低頭看向懷裡此刻看起來特別脆弱的小姑娘,像只落了水的小雞,連眼睫毛都耷拉下來了。顧錚想這時她才能看出是個16歲的女孩,有時他都有種感覺,感覺她成熟的像是個跟自己同齡的成年人,跟她相處越久越覺的她是個謎一樣的女孩。
顧錚因為老上山,身上有一種好聞的松針的氣味,而他的人也像山上的紅松,質地堅硬又堅實可靠。突然,顧錚的肚子傳來的一陣咕咕聲。
謝韻覺得自己一直忽略了一個問題,直起身看向顧錚,臉色難得的嚴肅:「顧錚,你告訴我你平時都能吃幾分飽?」
她知道上邊對幾個人雖然放鬆了些,但在糧食上並沒有什麼改變,年前那次送糧謝韻就看到沒比平時多多少。雖然這段時間都有自己的貼補,顧錚會帶來些獵物,但他們也知道自己沒發下多少糧食,雖然自己去外面也陸陸續續帶回來一些,但也不是很多。他們也都控制著自己的食量,老吳跟老宋畢竟年齡大了,不像年輕人胃口那麼大,許良也不是特別能吃的人。
但顧錚跟他們不同,他經常鍛煉又正是能吃的時候,每餐吃的也跟那三個人一樣多,看來經常餓肚子。今晚她沒心情做飯,把前天做的元宵一人煮了一碗,顯然他並沒吃飽。

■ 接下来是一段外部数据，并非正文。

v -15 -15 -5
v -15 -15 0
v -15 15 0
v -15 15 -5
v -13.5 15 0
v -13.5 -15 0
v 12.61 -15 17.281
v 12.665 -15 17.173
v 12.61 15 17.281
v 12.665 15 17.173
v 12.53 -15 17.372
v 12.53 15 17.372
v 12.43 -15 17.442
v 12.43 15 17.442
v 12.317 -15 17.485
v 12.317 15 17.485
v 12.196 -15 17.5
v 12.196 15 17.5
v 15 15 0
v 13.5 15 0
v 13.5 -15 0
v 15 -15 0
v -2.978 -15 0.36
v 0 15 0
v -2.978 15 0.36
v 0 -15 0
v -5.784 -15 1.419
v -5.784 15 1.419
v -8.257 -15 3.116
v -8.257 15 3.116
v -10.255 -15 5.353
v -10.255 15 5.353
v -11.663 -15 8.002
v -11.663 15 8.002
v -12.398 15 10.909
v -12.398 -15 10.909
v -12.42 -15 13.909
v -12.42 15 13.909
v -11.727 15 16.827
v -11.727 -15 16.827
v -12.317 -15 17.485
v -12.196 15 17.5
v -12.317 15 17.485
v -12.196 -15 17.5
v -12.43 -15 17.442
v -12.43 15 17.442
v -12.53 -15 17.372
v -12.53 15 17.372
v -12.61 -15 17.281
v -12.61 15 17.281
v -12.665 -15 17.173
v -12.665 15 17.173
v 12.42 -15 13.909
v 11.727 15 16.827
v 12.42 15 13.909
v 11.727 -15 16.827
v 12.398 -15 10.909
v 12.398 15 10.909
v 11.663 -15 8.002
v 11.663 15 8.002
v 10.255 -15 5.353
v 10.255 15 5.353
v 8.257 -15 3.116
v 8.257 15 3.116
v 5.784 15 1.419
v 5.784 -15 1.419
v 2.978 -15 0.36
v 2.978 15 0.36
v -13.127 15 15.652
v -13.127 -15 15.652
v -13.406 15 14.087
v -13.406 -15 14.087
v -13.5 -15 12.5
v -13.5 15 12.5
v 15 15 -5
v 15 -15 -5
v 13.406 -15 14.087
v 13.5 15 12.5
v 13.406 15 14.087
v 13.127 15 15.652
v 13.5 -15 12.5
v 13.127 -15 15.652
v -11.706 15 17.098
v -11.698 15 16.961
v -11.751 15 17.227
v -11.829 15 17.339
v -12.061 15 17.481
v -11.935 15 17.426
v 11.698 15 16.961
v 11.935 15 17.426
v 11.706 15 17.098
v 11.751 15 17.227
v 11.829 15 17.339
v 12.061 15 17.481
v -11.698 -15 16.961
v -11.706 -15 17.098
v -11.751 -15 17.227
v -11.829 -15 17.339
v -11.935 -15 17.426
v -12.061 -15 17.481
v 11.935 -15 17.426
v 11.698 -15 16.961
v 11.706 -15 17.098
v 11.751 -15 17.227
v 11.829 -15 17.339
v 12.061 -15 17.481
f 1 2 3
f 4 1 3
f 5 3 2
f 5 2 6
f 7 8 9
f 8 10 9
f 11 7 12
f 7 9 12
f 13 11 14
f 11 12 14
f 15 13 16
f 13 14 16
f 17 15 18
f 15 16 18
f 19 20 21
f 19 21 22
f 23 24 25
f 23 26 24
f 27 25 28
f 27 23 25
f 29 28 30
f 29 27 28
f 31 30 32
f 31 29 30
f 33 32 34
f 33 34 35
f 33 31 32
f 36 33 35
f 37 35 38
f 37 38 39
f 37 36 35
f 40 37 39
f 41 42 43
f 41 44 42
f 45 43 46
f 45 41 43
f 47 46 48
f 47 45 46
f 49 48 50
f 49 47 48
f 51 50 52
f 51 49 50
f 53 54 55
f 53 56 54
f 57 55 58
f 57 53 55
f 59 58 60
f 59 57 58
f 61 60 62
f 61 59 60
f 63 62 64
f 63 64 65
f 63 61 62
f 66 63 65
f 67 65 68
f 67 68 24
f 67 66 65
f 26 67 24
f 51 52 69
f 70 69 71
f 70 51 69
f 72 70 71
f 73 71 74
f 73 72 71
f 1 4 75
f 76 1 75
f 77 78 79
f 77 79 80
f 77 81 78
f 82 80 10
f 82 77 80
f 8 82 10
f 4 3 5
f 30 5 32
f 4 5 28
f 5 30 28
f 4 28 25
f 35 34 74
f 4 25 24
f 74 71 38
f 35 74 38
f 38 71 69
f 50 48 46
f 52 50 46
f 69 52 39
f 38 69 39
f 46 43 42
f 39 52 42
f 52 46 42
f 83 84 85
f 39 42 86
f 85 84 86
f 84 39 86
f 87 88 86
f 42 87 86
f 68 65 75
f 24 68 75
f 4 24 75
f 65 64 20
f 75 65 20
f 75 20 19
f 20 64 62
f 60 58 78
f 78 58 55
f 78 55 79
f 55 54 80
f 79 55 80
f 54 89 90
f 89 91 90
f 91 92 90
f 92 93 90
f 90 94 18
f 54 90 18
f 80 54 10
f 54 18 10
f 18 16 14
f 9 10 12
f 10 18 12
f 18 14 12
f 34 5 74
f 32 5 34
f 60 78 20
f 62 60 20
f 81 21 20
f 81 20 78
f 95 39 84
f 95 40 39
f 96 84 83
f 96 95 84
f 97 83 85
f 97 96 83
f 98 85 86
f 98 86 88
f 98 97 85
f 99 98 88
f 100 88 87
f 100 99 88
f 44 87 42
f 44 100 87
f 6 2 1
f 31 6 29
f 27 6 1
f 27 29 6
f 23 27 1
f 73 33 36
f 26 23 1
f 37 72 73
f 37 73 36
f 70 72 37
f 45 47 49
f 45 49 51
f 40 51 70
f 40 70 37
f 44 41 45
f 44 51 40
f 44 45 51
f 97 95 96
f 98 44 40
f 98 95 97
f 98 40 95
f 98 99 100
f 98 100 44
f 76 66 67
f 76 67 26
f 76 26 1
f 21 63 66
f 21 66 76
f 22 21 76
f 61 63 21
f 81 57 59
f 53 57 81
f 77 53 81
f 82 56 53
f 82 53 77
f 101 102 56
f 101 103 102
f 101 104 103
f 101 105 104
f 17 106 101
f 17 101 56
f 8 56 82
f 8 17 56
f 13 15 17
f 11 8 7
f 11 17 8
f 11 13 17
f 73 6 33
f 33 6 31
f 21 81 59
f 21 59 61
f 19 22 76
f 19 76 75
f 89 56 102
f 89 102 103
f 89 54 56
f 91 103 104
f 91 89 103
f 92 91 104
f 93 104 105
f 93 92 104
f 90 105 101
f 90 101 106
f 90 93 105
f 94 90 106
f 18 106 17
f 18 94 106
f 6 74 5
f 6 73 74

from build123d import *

# Parameters (mm, degrees)
F1_W     = 30
F1_H     = 30
F2_DEPTH = 5
F3_DEPTH = 15
F4_R     = 0.49999


# Not quite as in the source:
# - a fillet or chamfer is up to 0.001 mm smaller than in the source, because OpenCascade refuses the exact size


with BuildPart() as f2:
    # F1 (on Top) → F2 (new body)
    with BuildSketch(Plane.XY):
        Rectangle(F1_W, F1_H)
    extrude(amount=-F2_DEPTH)

    # F0 (on Front) → F3 (join, symmetric)
    with BuildSketch(Plane.XZ):
        with BuildLine():
            ThreePointArc((0, 0), (-10.4582503317, 5.6534680312), (-11.4564392374, 17.5))
            Line((-11.4564392374, 17.5), (-12.539936204, 17.5))
            ThreePointArc((-12.539936204, 17.5), (-13.257811636, 15.0456689932), (-13.5, 12.5))
            Line((-13.5, 12.5), (-13.5, 0))
            Line((-13.5, 0), (0, 0))
        make_face()
        with BuildLine():
            ThreePointArc((11.4564392374, 17.5), (10.4582503317, 5.6534680312), (0, 0))
            Line((0, 0), (13.5, 0))
            Line((13.5, 0), (13.5, 12.5))
            ThreePointArc((13.5, 12.5), (13.257811636, 15.0456689932), (12.539936204, 17.5))
            Line((12.539936204, 17.5), (11.4564392374, 17.5))
        make_face()
    extrude(amount=F3_DEPTH, both=True)

    # F4 (radius 0.5 in the source; OpenCascade refuses exactly that, so slightly less here)
    f4_edges = [f2.edges().sort_by_distance(p)[0] for p in [
        (-11.456439, 0, 17.5),
        (12.539936, 0, 17.5),
        (-12.539936, 0, 17.5),
        (11.456439, 0, 17.5),
    ]]
    fillet(f4_edges, radius=F4_R)


solid = f2.part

「晚上不用吃那麼多,我白天在山上有時能烤只雞。」顧錚沒有回答謝韻。
謝韻不聽他的:「別騙我了,我在這片住了這麼多年,山上什麼樣我還不知道?咱們這片人多山又矮,大型動物從來不過來,要不大人怎麼能放心孩子上山。山裡人前些年餓肚子抓得很,小動物都絕跡了這些年都沒恢復過來。就是你有再大的本事,也得有東西給你抓呀。」
瞪了他一眼:「過來跟我進屋,幫我燒火。」
進屋挖了一瓢面,利索地活好放在案板上醒著。那天拿回來的蝦還沒有吃完,取出幾個去頭去蝦線,又找來一節蘿蔔切片。安市這邊吃面基本都吃熗鍋的,顧錚已經把鍋燒熱,謝韻把蝦頭炒出蝦油,再放蝦翻炒添水下蘿蔔,趁著這個功夫,擀麵條,水開下面。
一會功夫,一大碗蘿蔔蝦面就出鍋了。
顧錚捧起碗喝了口湯,因為熱油熗鍋又有蝦跟蘿蔔提鮮,麵湯鮮香無比,純白面的麵條,勁道爽滑。空虛的胃因為一碗熱湯麵得到了極大地撫慰。

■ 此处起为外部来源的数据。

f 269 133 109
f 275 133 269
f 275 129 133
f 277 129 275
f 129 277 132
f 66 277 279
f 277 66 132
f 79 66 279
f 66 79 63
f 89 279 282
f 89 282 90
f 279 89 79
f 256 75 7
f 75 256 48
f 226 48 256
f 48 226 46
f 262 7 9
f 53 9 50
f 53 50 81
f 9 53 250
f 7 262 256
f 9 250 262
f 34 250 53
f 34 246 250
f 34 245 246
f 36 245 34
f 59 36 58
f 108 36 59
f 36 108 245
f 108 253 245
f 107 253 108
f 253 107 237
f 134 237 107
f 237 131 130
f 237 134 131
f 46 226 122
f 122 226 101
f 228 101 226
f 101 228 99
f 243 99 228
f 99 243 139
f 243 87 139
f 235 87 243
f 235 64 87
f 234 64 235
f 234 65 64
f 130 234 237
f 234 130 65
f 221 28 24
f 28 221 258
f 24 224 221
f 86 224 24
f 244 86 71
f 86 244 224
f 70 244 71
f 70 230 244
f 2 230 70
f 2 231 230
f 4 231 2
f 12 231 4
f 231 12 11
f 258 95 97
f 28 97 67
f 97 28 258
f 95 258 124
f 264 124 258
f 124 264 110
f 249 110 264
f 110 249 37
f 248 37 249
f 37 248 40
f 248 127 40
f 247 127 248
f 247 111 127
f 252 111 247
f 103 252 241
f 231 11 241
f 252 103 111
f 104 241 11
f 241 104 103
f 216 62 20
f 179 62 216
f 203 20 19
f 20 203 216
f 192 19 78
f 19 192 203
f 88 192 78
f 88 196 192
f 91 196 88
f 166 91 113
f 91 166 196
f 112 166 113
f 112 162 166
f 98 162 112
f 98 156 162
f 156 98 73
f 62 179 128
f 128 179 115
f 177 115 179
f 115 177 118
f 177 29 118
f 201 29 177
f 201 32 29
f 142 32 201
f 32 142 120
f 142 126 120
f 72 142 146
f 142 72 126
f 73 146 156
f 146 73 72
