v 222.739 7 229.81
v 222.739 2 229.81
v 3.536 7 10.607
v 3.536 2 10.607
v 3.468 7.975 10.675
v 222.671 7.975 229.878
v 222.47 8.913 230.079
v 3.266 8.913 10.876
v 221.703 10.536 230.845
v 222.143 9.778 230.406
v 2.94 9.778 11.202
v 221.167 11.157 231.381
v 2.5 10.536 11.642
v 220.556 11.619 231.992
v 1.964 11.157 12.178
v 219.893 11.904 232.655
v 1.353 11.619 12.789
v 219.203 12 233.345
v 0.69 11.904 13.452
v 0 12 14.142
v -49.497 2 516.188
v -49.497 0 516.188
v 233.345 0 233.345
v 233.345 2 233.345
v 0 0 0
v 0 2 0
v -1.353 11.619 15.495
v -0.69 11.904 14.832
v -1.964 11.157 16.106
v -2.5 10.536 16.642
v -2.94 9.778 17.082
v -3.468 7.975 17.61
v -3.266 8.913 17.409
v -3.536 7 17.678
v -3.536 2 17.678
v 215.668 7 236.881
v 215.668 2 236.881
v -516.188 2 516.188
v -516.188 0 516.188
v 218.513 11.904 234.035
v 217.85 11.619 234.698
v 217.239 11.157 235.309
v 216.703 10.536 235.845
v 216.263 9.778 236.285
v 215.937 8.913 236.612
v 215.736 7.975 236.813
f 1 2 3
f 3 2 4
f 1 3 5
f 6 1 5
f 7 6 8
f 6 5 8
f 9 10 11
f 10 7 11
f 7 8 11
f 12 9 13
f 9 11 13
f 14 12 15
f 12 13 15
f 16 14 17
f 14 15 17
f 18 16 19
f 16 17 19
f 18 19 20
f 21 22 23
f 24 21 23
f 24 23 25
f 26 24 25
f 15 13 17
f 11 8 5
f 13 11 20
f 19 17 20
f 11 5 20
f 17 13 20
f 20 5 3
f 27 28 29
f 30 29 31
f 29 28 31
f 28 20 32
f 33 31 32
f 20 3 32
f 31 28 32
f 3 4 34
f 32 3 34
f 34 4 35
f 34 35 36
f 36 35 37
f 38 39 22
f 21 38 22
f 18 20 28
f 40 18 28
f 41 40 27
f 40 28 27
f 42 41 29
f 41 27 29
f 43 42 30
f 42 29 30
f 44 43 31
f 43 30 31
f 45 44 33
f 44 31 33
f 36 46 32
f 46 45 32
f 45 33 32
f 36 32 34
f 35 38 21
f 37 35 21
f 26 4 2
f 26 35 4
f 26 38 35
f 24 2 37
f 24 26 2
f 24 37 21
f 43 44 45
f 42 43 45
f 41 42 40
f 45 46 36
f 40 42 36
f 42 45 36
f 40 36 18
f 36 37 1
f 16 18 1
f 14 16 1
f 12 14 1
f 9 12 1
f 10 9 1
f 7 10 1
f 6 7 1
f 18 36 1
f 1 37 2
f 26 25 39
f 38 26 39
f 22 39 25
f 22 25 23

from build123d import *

# Parameters (mm, degrees)
BOSS_EXTRUDE1_DEPTH = 2
BOSS_EXTRUDE2_DEPTH = 10
CUT_EXTRUDE1_REACH  = 522
BOSS_EXTRUDE3_DEPTH = 2


with BuildPart() as part:
    # Sketch1 → Boss-Extrude1 (new body)
    with BuildSketch(Plane(origin=(0, 0, 0), x_dir=(1, 0, 0), z_dir=(0, 1, 0))):
        Polygon((-49.497474683, -516.187950266), (233.345237792, -233.345237792), (0, 0), (-282.842712475, -282.842712475), align=None)
    extrude(amount=BOSS_EXTRUDE1_DEPTH)

    # Sketch4 → Boss-Extrude2 (add)
    with BuildSketch(Plane(origin=(0, 2, 0), x_dir=(1, 0, 0), z_dir=(0, 1, 0))):
        Polygon((3.535533906, -10.606601718), (-3.535533906, -17.67766953), (215.667568262, -236.880771697), (222.738636074, -229.809703886), align=None)
    extrude(amount=BOSS_EXTRUDE2_DEPTH)

    # Sketch6 → Cut-Extrude1 (cut, up to next)
    with BuildSketch(Plane(origin=(7.071067812, 0, 7.071067812), x_dir=(-0.707106781, 0, 0.707106781), z_dir=(-0.707106781, 0, -0.707106781)), mode=Mode.PRIVATE) as cut_extrude1_sk1:
        with BuildLine():
            Line((5, 12), (5, 7))
            ThreePointArc((5, 7), (6.464466094, 10.535533906), (10, 12))
            Line((10, 12), (5, 12))
        make_face()
    cut_extrude1_tool1 = extrude(cut_extrude1_sk1.sketch, amount=-CUT_EXTRUDE1_REACH, mode=Mode.PRIVATE) & part.part
    add(cut_extrude1_tool1.solids().sort_by_distance((2.745809, 10.88316, 11.396327))[0], mode=Mode.SUBTRACT)
    # Sketch6 → Cut-Extrude1 (cut, up to next)
    with BuildSketch(Plane(origin=(7.071067812, 0, 7.071067812), x_dir=(-0.707106781, 0, 0.707106781), z_dir=(-0.707106781, 0, -0.707106781)), mode=Mode.PRIVATE) as cut_extrude1_sk2:
        with BuildLine():
            Line((15, 12), (10, 12))
            ThreePointArc((10, 12), (13.535533906, 10.535533906), (15, 7))
            Line((15, 7), (15, 12))
        make_face()
    cut_extrude1_tool2 = extrude(cut_extrude1_sk2.sketch, amount=-CUT_EXTRUDE1_REACH, mode=Mode.PRIVATE) & part.part
    add(cut_extrude1_tool2.solids().sort_by_distance((-2.745809, 10.88316, 16.887945))[0], mode=Mode.SUBTRACT)

    # Sketch10 → Boss-Extrude3 (add)
    with BuildSketch(Plane(origin=(0, 0, 0), x_dir=(1, 0, 0), z_dir=(0, 1, 0))):
        Polygon((-282.842712475, -282.842712475), (-516.187950266, -516.187950266), (-49.497474683, -516.187950266), align=None)
    extrude(amount=BOSS_EXTRUDE3_DEPTH)


solid = part.part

看著顧錚埋頭吃面,謝韻斟酌了一下開口道:「你不用擔心糧食的問題,我有渠道能弄來糧食,別瞪我,不危險很安全,但具體情況我不能說。等天暖和了你們就要幹活,消耗那麼大,再吃不飽,身體怎麼能受得了。你也跟老宋他們說說讓他們也別省著吃。」
顧錚停下來看著她:「現在哪有什麼渠道能弄來糧食,黑市裡買賣糧食怎麼可能安全?」
謝韻心說,我不花錢就能弄來!頭疼的卻是粗糧太少!哎,你怎麼理解富人的苦惱。開口卻道:「放心,是長輩們留下的關係,還給我留了錢,絕對安全。」
看他還不放心,調侃他:「怎麼覺得被我養著很沒面子,我請你當我的老師,教我一些東西,吃的當學費怎麼樣?」
「那可能我吃得要更多。」顧錚說。
「為什麼?」謝韻問。
「比訓大黑累。」顧錚答。
謝韻打他,叫你拿我跟狗比。
昏黃的燈光,溫暖的小屋,兩顆年輕的心也在慢慢靠近。